À l’heure où l’écologie se place au cœur des préoccupations, Google Maps se repositionne en acteur de premier plan en lançant de nouvelles fonctionnalités qui promeuvent des modes de déplacement plus respectueux de l’environnement. L’appli encourage ainsi ses utilisateurs à délaisser la voiture au profit de la marche, du vélo et des transports en commun, tout en optimisant les trajets pour diminuer l’empreinte carbone. Cette initiative marque une étape importante à une époque où la réduction des émissions de gaz à effet de serre est plus que jamais demandée.

Des fonctionnalités pour changer le cap

Google Maps a intégré à son appli des suggestions d’itinéraires qui privilégient la marche, le vélo ou les transports en commun. Ces options apparaissent dès lors que le temps de trajet est comparable à celui d’un déplacement en voiture, incitant ainsi chacun à opter pour une solution plus verte. Par ailleurs, l’application offre désormais des renseignements précis sur les pistes cyclables, grâce aux informations fournies par les collectivités locales et les autorités publiques.

Pour les conducteurs soucieux de leur consommation d’énergie, Google Maps ajuste aussi les itinéraires en voiture pour diminuer l’usage de carburant. Cette fonctionnalité est déjà utilisée pour 500 millions de trajets chaque mois et a permis d’éviter plus de 2,7 millions de tonnes de gaz à effet de serre en 2024 – ce qui revient à retirer 630 000 voitures à essence de la circulation pendant un an.

Extension et partenariats avisés

L’expansion des services de Google Maps vers de nouvelles villes européennes s’accompagne d’une utilisation renforcée des données locales et d’un partenariat avec diverses collectivités et services d’intelligence artificielle.
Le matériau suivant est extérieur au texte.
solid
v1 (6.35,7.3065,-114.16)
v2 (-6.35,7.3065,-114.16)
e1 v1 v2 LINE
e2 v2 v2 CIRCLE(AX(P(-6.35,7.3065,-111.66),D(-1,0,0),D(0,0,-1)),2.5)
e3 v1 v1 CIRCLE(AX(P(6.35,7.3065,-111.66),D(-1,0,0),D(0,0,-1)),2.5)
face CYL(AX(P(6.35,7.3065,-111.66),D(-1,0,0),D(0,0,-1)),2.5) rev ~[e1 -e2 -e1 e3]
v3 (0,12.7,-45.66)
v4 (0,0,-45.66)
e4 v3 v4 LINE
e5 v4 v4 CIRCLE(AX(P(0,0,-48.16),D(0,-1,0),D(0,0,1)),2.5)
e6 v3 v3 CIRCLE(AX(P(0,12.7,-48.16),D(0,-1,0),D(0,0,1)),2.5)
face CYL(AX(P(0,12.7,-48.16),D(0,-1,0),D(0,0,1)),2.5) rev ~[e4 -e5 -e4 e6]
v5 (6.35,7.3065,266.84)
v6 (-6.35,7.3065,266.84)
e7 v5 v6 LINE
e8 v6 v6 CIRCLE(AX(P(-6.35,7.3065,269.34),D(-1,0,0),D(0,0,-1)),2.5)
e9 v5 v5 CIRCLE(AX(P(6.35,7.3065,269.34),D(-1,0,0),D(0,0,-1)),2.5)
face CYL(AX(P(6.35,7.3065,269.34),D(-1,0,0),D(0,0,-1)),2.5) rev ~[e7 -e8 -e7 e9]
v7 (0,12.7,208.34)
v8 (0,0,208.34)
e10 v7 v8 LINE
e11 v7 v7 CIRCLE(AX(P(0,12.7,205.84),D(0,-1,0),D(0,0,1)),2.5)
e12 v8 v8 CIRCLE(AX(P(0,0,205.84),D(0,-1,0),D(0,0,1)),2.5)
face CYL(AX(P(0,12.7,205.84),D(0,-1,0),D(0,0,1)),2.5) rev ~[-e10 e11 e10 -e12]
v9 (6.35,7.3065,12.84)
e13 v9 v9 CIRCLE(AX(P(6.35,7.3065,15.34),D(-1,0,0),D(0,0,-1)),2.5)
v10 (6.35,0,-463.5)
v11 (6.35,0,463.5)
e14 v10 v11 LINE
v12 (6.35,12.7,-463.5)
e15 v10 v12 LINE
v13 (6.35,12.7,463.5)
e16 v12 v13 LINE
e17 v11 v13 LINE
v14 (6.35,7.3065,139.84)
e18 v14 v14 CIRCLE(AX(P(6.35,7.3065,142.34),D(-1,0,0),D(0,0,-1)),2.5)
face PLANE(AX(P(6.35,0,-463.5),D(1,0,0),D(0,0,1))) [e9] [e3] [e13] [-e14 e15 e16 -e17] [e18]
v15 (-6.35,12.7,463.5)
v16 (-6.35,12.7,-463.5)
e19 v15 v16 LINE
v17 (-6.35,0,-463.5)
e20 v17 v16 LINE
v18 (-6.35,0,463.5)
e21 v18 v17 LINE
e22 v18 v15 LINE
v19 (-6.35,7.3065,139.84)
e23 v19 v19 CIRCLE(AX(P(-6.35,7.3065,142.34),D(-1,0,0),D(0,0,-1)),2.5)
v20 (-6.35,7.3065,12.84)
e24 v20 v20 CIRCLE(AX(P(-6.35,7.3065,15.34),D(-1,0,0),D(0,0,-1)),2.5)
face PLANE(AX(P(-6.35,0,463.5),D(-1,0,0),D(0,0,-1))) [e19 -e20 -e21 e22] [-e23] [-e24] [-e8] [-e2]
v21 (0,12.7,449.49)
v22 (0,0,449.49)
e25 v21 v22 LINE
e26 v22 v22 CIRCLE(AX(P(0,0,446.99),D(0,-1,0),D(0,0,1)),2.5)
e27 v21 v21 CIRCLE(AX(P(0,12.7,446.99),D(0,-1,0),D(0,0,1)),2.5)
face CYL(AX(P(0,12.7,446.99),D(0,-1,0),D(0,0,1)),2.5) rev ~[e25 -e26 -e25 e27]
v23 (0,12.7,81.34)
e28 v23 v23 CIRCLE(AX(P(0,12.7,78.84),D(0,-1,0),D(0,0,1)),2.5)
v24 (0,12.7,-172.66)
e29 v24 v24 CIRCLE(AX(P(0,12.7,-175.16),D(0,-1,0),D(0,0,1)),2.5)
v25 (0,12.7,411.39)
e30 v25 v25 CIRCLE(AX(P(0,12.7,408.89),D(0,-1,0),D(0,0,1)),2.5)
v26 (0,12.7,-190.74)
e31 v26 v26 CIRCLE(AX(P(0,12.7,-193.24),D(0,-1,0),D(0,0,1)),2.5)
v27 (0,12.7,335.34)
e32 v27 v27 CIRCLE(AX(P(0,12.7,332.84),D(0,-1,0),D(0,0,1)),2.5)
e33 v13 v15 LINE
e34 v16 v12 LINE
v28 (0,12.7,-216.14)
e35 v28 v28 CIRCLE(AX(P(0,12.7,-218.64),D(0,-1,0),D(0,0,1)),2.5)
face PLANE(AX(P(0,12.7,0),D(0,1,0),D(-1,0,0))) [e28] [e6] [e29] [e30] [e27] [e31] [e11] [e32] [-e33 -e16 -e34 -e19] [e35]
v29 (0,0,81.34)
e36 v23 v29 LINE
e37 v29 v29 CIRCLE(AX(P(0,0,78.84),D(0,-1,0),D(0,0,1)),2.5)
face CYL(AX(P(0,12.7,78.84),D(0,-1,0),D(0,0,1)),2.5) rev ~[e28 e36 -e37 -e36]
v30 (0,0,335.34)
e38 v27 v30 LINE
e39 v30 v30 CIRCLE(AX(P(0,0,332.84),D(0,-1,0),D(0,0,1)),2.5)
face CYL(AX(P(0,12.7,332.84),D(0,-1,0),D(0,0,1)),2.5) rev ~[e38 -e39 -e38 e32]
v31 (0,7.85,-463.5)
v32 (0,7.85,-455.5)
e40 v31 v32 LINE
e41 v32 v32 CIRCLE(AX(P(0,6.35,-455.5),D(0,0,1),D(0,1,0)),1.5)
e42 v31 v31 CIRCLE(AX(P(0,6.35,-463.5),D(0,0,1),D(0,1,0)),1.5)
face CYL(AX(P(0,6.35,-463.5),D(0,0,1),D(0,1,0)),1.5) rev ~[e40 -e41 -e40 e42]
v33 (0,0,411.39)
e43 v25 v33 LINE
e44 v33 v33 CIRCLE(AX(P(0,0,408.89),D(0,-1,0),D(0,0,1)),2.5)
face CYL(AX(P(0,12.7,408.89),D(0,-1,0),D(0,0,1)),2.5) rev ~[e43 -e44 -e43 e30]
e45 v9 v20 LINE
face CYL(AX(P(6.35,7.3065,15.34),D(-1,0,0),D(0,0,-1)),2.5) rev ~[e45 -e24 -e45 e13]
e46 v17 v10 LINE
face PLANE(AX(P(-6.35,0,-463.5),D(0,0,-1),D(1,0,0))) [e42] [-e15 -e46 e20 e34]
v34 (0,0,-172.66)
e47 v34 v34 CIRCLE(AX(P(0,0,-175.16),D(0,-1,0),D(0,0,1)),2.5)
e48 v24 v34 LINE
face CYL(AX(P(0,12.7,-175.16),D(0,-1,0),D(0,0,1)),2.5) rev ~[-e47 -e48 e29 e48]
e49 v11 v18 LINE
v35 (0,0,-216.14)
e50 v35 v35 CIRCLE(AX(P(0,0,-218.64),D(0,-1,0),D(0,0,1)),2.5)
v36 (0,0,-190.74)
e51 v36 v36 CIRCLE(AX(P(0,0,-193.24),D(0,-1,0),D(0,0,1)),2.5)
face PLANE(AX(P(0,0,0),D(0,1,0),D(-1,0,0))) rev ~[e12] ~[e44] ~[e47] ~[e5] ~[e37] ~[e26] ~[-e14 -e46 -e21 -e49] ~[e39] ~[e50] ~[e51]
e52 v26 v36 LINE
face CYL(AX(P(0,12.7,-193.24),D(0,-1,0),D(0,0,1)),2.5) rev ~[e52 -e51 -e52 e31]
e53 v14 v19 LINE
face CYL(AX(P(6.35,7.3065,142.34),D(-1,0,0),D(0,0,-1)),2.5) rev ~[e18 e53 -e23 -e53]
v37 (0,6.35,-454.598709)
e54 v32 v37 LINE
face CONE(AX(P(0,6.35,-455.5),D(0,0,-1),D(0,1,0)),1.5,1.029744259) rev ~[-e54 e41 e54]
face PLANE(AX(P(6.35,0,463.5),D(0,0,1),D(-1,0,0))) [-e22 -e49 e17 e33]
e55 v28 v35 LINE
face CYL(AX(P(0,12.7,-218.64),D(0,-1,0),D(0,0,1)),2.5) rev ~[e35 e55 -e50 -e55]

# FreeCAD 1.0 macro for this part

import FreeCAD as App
import Part
import Sketcher

V = App.Vector


def add_polygon(sketch, points):
    """Adds a closed chain of lines whose ends are joined by coincident constraints."""
    first, n = sketch.GeometryCount, len(points)
    for a, b in zip(points, points[1:] + points[:1]):
        sketch.addGeometry(Part.LineSegment(App.Vector(*a, 0), App.Vector(*b, 0)), False)
    for i in range(n):
        sketch.addConstraint(Sketcher.Constraint("Coincident", first + i, 2, first + (i + 1) % n, 1))

doc = App.newDocument("Part")
body = doc.addObject("PartDesign::Body", "Body")

# Sketch on XZ plane
sketch1 = body.newObject("Sketcher::SketchObject", "Sketch")
sketch1.AttachmentSupport = (doc.getObject("XZ_Plane"), [""])
sketch1.MapMode = "FlatFace"
add_polygon(sketch1, [(6.35, -463.5), (-6.35, -463.5), (-6.35, 463.5), (6.35, 463.5)])  # lines 0-3
sketch1.addConstraint(Sketcher.Constraint("Horizontal", 0))
sketch1.addConstraint(Sketcher.Constraint("Vertical", 1))
sketch1.addConstraint(Sketcher.Constraint("Horizontal", 2))
sketch1.addConstraint(Sketcher.Constraint("Vertical", 3))
sketch1.addConstraint(Sketcher.Constraint("Symmetric", 0, 2, 2, 2, -1, 1))
sketch1.addConstraint(Sketcher.Constraint("DistanceY", 1, 1, 1, 2, 927.0))
sketch1.addConstraint(Sketcher.Constraint("DistanceX", 0, 2, 0, 1, 12.7))
pad1 = body.newObject("PartDesign::Pad", "Pad")
pad1.Profile = sketch1
pad1.Length = 12.7
pad1.Reversed = True

# Sketch on XZ plane
sketch2 = body.newObject("Sketcher::SketchObject", "Sketch001")
sketch2.AttachmentSupport = (doc.getObject("XZ_Plane"), [""])
sketch2.MapMode = "FlatFace"
sketch2.AttachmentOffset = App.Placement(V(0, 0, -12.7), App.Rotation())
sketch2.addGeometry(Part.Circle(V(0, 446.99, 0), V(0, 0, 1), 2.5), False)
sketch2.addConstraint(Sketcher.Constraint("PointOnObject", 0, 3, -2))
sketch2.addConstraint(Sketcher.Constraint("Diameter", 0, 5.0))
sketch2.addConstraint(Sketcher.Constraint("DistanceY", -1, 1, 0, 3, 446.99))
doc.recompute()
hole = body.newObject("PartDesign::Hole", "Hole")
hole.Profile = sketch2
hole.ThreadType = "None"
hole.Diameter = 5
hole.DepthType = "ThroughAll"
hole.Reversed = True

# Sketch on XZ plane
sketch3 = body.newObject("Sketcher::SketchObject", "Sketch002")
sketch3.AttachmentSupport = (doc.getObject("XZ_Plane"), [""])
sketch3.MapMode = "FlatFace"
sketch3.AttachmentOffset = App.Placement(V(0, 0, -12.7), App.Rotation())
sketch3.addGeometry(Part.Circle(V(0, 408.89, 0), V(0, 0, 1), 2.5), False)
sketch3.addConstraint(Sketcher.Constraint("PointOnObject", 0, 3, -2))
sketch3.addConstraint(Sketcher.Constraint("Diameter", 0, 5.0))
sketch3.addConstraint(Sketcher.Constraint("DistanceY", -1, 1, 0, 3, 408.89))
doc.recompute()
hole2 = body.newObject("PartDesign::Hole", "Hole001")
hole2.Profile = sketch3
hole2.ThreadType = "None"
hole2.Diameter = 5
hole2.DepthType = "ThroughAll"
hole2.Reversed = True

# Sketch on XZ plane
sketch4 = body.newObject("Sketcher::SketchObject", "Sketch003")
sketch4.AttachmentSupport = (doc.getObject("XZ_Plane"), [""])
sketch4.MapMode = "FlatFace"
sketch4.AttachmentOffset = App.Placement(V(0, 0, -12.7), App.Rotation())
sketch4.addGeometry(Part.Circle(V(0, 332.84, 0), V(0, 0, 1), 2.5), False)
sketch4.addConstraint(Sketcher.Constraint("PointOnObject", 0, 3, -2))
sketch4.addConstraint(Sketcher.Constraint("Diameter", 0, 5.0))
sketch4.addConstraint(Sketcher.Constraint("DistanceY", -1, 1, 0, 3, 332.84))
doc.recompute()
hole3 = body.newObject("PartDesign::Hole", "Hole002")
hole3.Profile = sketch4
hole3.ThreadType = "None"
hole3.Diameter = 5
hole3.DepthType = "ThroughAll"
hole3.Reversed = True

# Sketch on XZ plane
sketch5 = body.newObject("Sketcher::SketchObject", "Sketch004")
sketch5.AttachmentSupport = (doc.getObject("XZ_Plane"), [""])
sketch5.MapMode = "FlatFace"
sketch5.AttachmentOffset = App.Placement(V(0, 0, -12.7), App.Rotation())
sketch5.addGeometry(Part.Circle(V(0, 205.84, 0), V(0, 0, 1), 2.5), False)
sketch5.addConstraint(Sketcher.Constraint("PointOnObject", 0, 3, -2))
sketch5.addConstraint(Sketcher.Constraint("Diameter", 0, 5.0))
sketch5.addConstraint(Sketcher.Constraint("DistanceY", -1, 1, 0, 3, 205.84))
doc.recompute()
hole4 = body.newObject("PartDesign::Hole", "Hole003")
hole4.Profile = sketch5
hole4.ThreadType = "None"
hole4.Diameter = 5
hole4.DepthType = "ThroughAll"
hole4.Reversed = True

# Sketch on XZ plane
sketch6 = body.newObject("Sketcher::SketchObject", "Sketch005")
sketch6.AttachmentSupport = (doc.getObject("XZ_Plane"), [""])
sketch6.MapMode = "FlatFace"
sketch6.AttachmentOffset = App.Placement(V(0, 0, -12.7), App.Rotation())
sketch6.addGeometry(Part.Circle(V(0, 78.84, 0), V(0, 0, 1), 2.5), False)
sketch6.addConstraint(Sketcher.Constraint("PointOnObject", 0, 3, -2))
sketch6.addConstraint(Sketcher.Constraint("Diameter", 0, 5.0))
sketch6.addConstraint(Sketcher.Constraint("DistanceY", -1, 1, 0, 3, 78.84))
doc.recompute()
hole5 = body.newObject("PartDesign::Hole", "Hole004")
hole5.Profile = sketch6
hole5.ThreadType = "None"
hole5.Diameter = 5
hole5.DepthType = "ThroughAll"
hole5.Reversed = True

# Sketch on XZ plane
sketch7 = body.newObject("Sketcher::SketchObject", "Sketch006")
sketch7.AttachmentSupport = (doc.getObject("XZ_Plane"), [""])
sketch7.MapMode = "FlatFace"
sketch7.AttachmentOffset = App.Placement(V(0, 0, -12.7), App.Rotation())
sketch7.addGeometry(Part.Circle(V(0, -48.16, 0), V(0, 0, 1), 2.5), False)
sketch7.addConstraint(Sketcher.Constraint("PointOnObject", 0, 3, -2))
sketch7.addConstraint(Sketcher.Constraint("Diameter", 0, 5.0))
sketch7.addConstraint(Sketcher.Constraint("DistanceY", 0, 3, -1, 1, 48.16))
doc.recompute()
hole6 = body.newObject("PartDesign::Hole", "Hole005")
hole6.Profile = sketch7
hole6.ThreadType = "None"
hole6.Diameter = 5
hole6.DepthType = "ThroughAll"
hole6.Reversed = True

# Sketch on XZ plane
sketch8 = body.newObject("Sketcher::SketchObject", "Sketch007")
sketch8.AttachmentSupport = (doc.getObject("XZ_Plane"), [""])
sketch8.MapMode = "FlatFace"
sketch8.AttachmentOffset = App.Placement(V(0, 0, -12.7), App.Rotation())
sketch8.addGeometry(Part.Circle(V(0, -175.16, 0), V(0, 0, 1), 2.5), False)
sketch8.addConstraint(Sketcher.Constraint("PointOnObject", 0, 3, -2))
sketch8.addConstraint(Sketcher.Constraint("Diameter", 0, 5.0))
sketch8.addConstraint(Sketcher.Constraint("DistanceY", 0, 3, -1, 1, 175.16))
doc.recompute()
hole7 = body.newObject("PartDesign::Hole", "Hole006")
hole7.Profile = sketch8
hole7.ThreadType = "None"
hole7.Diameter = 5
hole7.DepthType = "ThroughAll"
hole7.Reversed = True

# Sketch on XZ plane
sketch9 = body.newObject("Sketcher::SketchObject", "Sketch008")
sketch9.AttachmentSupport = (doc.getObject("XZ_Plane"), [""])
sketch9.MapMode = "FlatFace"
sketch9.AttachmentOffset = App.Placement(V(0, 0, -12.7), App.Rotation())
sketch9.addGeometry(Part.Circle(V(0, -193.24, 0), V(0, 0, 1), 2.5), False)
sketch9.addConstraint(Sketcher.Constraint("PointOnObject", 0, 3, -2))
sketch9.addConstraint(Sketcher.Constraint("Diameter", 0, 5.0))
sketch9.addConstraint(Sketcher.Constraint("DistanceY", 0, 3, -1, 1, 193.24))
doc.recompute()
hole8 = body.newObject("PartDesign::Hole", "Hole007")
hole8.Profile = sketch9
hole8.ThreadType = "None"
hole8.Diameter = 5
hole8.DepthType = "ThroughAll"
hole8.Reversed = True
Le but est simple : offrir aux utilisateurs une comparaison pointue des différents modes de transport afin qu’ils puissent adopter la solution la plus écologique possible. Des villes telles que Copenhague, Stockholm et Varsovie bénéficieront très prochainement de ces fonctionnalités.

De plus, Google Maps continue de peaufiner ses services pour les cyclistes avec une extension récente dans 17 nouvelles villes, dont 9 en Europe : Hambourg, Madrid, Barcelone, Milan, Rome, Zurich, Budapest, Vienne et Bruxelles. Couvrant désormais 125 000 kilomètres de pistes cyclables à travers le monde, l’application constitue une ressource incontournable pour ceux qui optent pour le vélo comme moyen principal de déplacement.
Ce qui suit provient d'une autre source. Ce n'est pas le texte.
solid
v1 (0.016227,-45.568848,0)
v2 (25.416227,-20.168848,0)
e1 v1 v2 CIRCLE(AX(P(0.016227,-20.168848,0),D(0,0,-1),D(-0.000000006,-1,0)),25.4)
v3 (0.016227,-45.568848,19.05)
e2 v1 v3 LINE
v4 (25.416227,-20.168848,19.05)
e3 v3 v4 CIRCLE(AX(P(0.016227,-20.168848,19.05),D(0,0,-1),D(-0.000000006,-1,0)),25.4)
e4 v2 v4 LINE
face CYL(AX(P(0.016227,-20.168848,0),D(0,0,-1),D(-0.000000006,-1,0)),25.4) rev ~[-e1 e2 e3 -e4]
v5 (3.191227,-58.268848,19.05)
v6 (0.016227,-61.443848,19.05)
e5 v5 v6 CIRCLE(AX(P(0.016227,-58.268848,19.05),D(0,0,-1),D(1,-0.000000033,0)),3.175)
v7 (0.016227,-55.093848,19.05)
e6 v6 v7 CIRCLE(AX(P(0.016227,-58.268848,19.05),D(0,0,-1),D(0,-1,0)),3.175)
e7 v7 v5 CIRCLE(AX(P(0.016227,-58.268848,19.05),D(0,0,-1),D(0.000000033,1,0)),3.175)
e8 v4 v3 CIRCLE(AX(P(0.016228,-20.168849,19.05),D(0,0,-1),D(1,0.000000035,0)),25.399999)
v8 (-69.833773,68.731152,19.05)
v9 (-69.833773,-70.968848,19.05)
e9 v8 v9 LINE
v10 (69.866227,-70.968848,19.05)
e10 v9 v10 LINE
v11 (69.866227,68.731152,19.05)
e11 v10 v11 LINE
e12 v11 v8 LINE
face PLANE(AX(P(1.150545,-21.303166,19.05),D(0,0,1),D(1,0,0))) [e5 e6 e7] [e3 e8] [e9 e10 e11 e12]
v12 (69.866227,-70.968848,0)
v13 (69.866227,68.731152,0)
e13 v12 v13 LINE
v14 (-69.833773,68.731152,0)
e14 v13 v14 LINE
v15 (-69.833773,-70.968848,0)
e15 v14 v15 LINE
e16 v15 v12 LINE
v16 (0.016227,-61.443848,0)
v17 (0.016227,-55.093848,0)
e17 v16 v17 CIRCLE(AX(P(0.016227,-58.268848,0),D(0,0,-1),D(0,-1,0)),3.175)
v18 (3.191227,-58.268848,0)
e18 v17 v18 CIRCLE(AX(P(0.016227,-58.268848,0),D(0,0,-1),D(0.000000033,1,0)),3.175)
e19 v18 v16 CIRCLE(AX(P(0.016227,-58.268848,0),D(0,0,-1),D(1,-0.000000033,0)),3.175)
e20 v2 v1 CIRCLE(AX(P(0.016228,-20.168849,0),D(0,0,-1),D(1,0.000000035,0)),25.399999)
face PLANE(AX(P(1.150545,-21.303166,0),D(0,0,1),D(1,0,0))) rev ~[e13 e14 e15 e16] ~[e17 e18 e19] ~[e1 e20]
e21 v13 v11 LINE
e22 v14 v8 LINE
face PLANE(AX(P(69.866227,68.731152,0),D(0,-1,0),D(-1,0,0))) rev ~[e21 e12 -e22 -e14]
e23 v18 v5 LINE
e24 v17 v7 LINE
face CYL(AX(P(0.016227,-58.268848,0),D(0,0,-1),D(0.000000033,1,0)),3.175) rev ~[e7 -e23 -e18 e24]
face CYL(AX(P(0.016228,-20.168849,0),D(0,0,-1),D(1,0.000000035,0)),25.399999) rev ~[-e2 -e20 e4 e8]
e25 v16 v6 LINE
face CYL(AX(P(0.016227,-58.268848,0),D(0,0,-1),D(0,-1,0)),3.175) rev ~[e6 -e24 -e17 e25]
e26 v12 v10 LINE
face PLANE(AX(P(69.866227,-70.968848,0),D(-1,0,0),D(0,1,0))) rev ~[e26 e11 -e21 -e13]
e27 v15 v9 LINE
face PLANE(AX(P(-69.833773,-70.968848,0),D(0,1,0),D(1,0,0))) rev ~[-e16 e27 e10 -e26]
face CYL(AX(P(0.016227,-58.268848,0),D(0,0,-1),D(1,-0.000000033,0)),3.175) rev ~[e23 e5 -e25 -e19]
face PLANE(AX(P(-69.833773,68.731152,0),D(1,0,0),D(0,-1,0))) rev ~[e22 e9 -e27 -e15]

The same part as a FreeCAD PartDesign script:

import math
import FreeCAD as App
import Part
import Sketcher

V = App.Vector
Q = App.Units.Quantity

doc = App.newDocument("Part")
body = doc.addObject("PartDesign::Body", "Body")

# Sketch on XY plane
sketch1 = doc.addObject("Sketcher::SketchObject", "Sketch")
body.addObject(sketch1)
sketch1.AttachmentSupport = (doc.XY_Plane, [""])
sketch1.MapMode = "FlatFace"
sketch1.addGeometry(Part.LineSegment(V(69.9, -71, 0), V(69.9, 68.7, 0)), False)
sketch1.addGeometry(Part.LineSegment(V(69.9, 68.7, 0), V(-69.8, 68.7, 0)), False)
sketch1.addGeometry(Part.LineSegment(V(-69.8, 68.7, 0), V(-69.8, -71, 0)), False)
sketch1.addGeometry(Part.LineSegment(V(-69.8, -71, 0), V(69.9, -71, 0)), False)
sketch1.addGeometry(Part.ArcOfCircle(Part.Circle(V(0, -58.3, 0), V(0, 0, 1), 3.2), math.radians(0), math.radians(90)), False)
sketch1.addGeometry(Part.ArcOfCircle(Part.Circle(V(0, -58.3, 0), V(0, 0, 1), 3.2), math.radians(-90), math.radians(0)), False)
sketch1.addGeometry(Part.ArcOfCircle(Part.Circle(V(0, -58.3, 0), V(0, 0, 1), 3.2), math.radians(90), math.radians(270)), False)
sketch1.addGeometry(Part.ArcOfCircle(Part.Circle(V(0, -20.2, 0), V(0, 0, 1), 25.4), math.radians(0), math.radians(270)), False)
sketch1.addGeometry(Part.ArcOfCircle(Part.Circle(V(0, -20.2, 0), V(0, 0, 1), 25.4), math.radians(-90), math.radians(0)), False)
sketch1.addConstraint(Sketcher.Constraint("Coincident", 0, 2, 1, 1))
sketch1.addConstraint(Sketcher.Constraint("Coincident", 1, 2, 2, 1))
sketch1.addConstraint(Sketcher.Constraint("Coincident", 2, 2, 3, 1))
sketch1.addConstraint(Sketcher.Constraint("Coincident", 3, 2, 0, 1))
sketch1.addConstraint(Sketcher.Constraint("Tangent", 4, 1, 5, 2))
sketch1.addConstraint(Sketcher.Constraint("Tangent", 5, 1, 6, 2))
sketch1.addConstraint(Sketcher.Constraint("Tangent", 6, 1, 4, 2))
sketch1.addConstraint(Sketcher.Constraint("Tangent", 7, 1, 8, 2))
sketch1.addConstraint(Sketcher.Constraint("Coincident", 8, 1, 7, 2))
sketch1.addConstraint(Sketcher.Constraint("Vertical", 0))
sketch1.addConstraint(Sketcher.Constraint("Horizontal", 1))
sketch1.addConstraint(Sketcher.Constraint("Vertical", 2))
sketch1.addConstraint(Sketcher.Constraint("Horizontal", 3))
sketch1.addConstraint(Sketcher.Constraint("Horizontal", 6, 3, 4, 1))
sketch1.addConstraint(Sketcher.Constraint("Horizontal", 8, 3, 7, 1))
sketch1.addConstraint(Sketcher.Constraint("Vertical", 6, 3, 7, 3))
sketch1.addConstraint(Sketcher.Constraint("Vertical", 8, 3, 5, 1))
sketch1.addConstraint(Sketcher.Constraint("Vertical", 5, 1, 6, 1))
sketch1.addConstraint(Sketcher.Constraint("Vertical", 6, 1, 8, 1))
sketch1.addConstraint(Sketcher.Constraint("Equal", 3, 0))
sketch1.addConstraint(Sketcher.Constraint("Radius", 7, Q("1 in")))
sketch1.addConstraint(Sketcher.Constraint("DistanceX", 1, 2, 1, 1, Q("5.5 in")))
sketch1.addConstraint(Sketcher.Constraint("Radius", 4, Q("0.125 in")))
sketch1.addConstraint(Sketcher.Constraint("DistanceY", 5, 3, 0, 2, Q("5 in")))
sketch1.addConstraint(Sketcher.Constraint("DistanceY", 2, 2, 7, 3, Q("2 in")))
sketch1.addConstraint(Sketcher.Constraint("DistanceX", 7, 3, 0, 2, Q("2.75 in")))
sketch1.addConstraint(Sketcher.Constraint("DistanceY", 4, 3, -1, 1, Q("58.268848 mm")))
sketch1.addConstraint(Sketcher.Constraint("DistanceX", -1, 1, 4, 3, Q("0.016227 mm")))
pad1 = doc.addObject("PartDesign::Pad", "Pad")
body.addObject(pad1)
pad1.Profile = sketch1
pad1.Length = Q("0.75 in")

doc.recompute()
Zones à faibles émissions et projets novateurs

Pour répondre aux normes qui se multiplient sur les zones à faibles émissions (ZFE) en Europe, Google Maps avertit maintenant ses utilisateurs afin qu’ils puissent éviter de se retrouver dans ces secteurs restreints. Des alertes spécifiques sont d’ores et déjà actives dans des villes comme Londres et Berlin, et l’on prévoit d’étendre ce dispositif à plus de 1 000 zones supplémentaires, notamment en Italie, en Suède et en Autriche.

Un projet baptisé « Green Light » fait appel à l’intelligence artificielle pour ajuster les feux tricolores, dans le but de fluidifier le trafic et de réduire encore davantage les émissions polluantes. Actuellement déployé à Vilnius en Lituanie, ce service est opérationnel dans vingt villes réparties sur quatre continents.